* _Your instructions_
Set out exactly every line of the entries below, starting at the line that holds "v 27.22 31.886 15.98" and stopping after the line that holds "v 37 31.422 16.985".
(Dataset extract Opens)
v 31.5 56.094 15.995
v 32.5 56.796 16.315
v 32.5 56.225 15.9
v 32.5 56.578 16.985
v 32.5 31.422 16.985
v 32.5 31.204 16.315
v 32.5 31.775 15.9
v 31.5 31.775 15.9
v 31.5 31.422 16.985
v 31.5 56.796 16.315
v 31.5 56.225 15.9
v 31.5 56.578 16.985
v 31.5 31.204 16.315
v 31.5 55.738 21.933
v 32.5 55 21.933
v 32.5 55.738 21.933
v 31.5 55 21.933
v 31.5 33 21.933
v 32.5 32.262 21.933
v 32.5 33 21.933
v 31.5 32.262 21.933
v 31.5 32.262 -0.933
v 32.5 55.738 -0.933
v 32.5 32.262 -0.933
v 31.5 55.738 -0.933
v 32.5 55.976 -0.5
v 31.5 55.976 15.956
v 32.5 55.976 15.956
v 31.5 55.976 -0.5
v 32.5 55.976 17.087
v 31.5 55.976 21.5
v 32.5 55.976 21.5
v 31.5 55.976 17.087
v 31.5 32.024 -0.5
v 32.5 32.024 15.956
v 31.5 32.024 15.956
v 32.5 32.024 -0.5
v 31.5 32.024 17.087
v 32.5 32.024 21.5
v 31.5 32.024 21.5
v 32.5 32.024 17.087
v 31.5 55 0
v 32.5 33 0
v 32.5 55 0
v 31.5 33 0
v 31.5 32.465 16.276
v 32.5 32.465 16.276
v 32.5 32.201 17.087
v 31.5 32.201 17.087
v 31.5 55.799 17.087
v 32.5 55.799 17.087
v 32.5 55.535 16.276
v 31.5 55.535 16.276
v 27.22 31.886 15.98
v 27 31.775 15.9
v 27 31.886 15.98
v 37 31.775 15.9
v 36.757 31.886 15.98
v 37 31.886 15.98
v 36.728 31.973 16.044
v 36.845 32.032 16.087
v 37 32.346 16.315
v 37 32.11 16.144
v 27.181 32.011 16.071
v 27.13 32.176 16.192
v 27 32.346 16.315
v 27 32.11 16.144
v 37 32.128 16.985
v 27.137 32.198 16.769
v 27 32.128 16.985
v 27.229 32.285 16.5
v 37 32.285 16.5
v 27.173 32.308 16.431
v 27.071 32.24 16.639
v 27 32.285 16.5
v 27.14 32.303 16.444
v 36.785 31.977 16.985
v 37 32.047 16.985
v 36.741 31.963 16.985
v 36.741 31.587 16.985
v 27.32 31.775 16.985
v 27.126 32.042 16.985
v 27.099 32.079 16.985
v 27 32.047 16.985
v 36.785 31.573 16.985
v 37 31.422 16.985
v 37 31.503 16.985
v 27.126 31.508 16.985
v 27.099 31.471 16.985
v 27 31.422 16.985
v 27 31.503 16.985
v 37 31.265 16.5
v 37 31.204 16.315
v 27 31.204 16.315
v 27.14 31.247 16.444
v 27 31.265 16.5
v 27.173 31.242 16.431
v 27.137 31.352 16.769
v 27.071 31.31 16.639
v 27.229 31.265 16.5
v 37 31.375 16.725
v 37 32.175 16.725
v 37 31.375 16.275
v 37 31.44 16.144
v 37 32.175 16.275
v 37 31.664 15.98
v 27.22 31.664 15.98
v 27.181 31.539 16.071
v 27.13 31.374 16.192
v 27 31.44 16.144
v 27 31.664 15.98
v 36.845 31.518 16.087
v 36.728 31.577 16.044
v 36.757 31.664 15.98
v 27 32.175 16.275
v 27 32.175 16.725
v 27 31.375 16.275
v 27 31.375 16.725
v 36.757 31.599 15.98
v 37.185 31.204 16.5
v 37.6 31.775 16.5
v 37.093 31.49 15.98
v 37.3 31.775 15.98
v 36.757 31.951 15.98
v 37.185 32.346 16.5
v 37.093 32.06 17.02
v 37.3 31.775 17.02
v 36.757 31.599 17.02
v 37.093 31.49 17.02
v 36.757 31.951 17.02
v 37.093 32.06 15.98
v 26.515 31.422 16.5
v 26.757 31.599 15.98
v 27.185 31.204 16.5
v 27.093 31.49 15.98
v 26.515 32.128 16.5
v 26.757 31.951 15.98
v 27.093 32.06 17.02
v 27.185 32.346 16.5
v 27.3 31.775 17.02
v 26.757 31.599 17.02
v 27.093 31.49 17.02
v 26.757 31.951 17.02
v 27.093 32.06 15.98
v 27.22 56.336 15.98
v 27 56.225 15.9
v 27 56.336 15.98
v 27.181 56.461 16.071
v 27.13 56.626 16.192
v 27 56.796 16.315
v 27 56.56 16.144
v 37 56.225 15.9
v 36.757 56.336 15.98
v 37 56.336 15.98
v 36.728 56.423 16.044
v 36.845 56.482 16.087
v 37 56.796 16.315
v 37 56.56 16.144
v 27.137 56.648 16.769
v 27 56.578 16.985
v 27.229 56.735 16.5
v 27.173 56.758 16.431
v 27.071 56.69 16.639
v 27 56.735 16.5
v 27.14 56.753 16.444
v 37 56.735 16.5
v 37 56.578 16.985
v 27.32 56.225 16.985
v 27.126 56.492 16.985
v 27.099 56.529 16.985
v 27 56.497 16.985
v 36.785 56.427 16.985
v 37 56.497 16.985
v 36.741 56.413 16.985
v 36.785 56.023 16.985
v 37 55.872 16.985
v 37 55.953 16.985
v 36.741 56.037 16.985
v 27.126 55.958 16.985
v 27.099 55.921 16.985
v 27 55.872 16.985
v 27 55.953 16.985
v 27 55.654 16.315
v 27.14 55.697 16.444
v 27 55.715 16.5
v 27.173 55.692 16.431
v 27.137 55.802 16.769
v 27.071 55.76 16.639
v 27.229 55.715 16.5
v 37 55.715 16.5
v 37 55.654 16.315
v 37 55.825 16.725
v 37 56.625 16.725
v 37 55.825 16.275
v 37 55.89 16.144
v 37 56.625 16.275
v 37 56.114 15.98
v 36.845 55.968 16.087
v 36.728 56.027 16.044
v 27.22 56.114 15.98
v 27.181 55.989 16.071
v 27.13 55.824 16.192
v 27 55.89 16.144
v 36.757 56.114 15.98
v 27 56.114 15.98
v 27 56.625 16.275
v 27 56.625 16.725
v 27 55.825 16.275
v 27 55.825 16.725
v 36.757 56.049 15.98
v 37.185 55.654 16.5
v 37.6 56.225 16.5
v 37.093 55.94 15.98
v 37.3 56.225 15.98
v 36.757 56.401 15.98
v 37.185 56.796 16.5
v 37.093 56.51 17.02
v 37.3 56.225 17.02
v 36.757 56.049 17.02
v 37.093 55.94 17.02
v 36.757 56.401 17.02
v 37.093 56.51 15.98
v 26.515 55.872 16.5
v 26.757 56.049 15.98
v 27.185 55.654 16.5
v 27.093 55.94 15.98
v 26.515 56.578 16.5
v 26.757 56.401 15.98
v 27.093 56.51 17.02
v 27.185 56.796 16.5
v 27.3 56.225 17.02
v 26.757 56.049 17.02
(Dataset extract Closes)
* _Response area_
v 27.22 31.886 15.98
v 27 31.775 15.9
v 27 31.886 15.98
v 37 31.775 15.9
v 36.757 31.886 15.98
v 37 31.886 15.98
v 36.728 31.973 16.044
v 36.845 32.032 16.087
v 37 32.346 16.315
v 37 32.11 16.144
v 27.181 32.011 16.071
v 27.13 32.176 16.192
v 27 32.346 16.315
v 27 32.11 16.144
v 37 32.128 16.985
v 27.137 32.198 16.769
v 27 32.128 16.985
v 27.229 32.285 16.5
v 37 32.285 16.5
v 27.173 32.308 16.431
v 27.071 32.24 16.639
v 27 32.285 16.5
v 27.14 32.303 16.444
v 36.785 31.977 16.985
v 37 32.047 16.985
v 36.741 31.963 16.985
v 36.741 31.587 16.985
v 27.32 31.775 16.985
v 27.126 32.042 16.985
v 27.099 32.079 16.985
v 27 32.047 16.985
v 36.785 31.573 16.985
v 37 31.422 16.985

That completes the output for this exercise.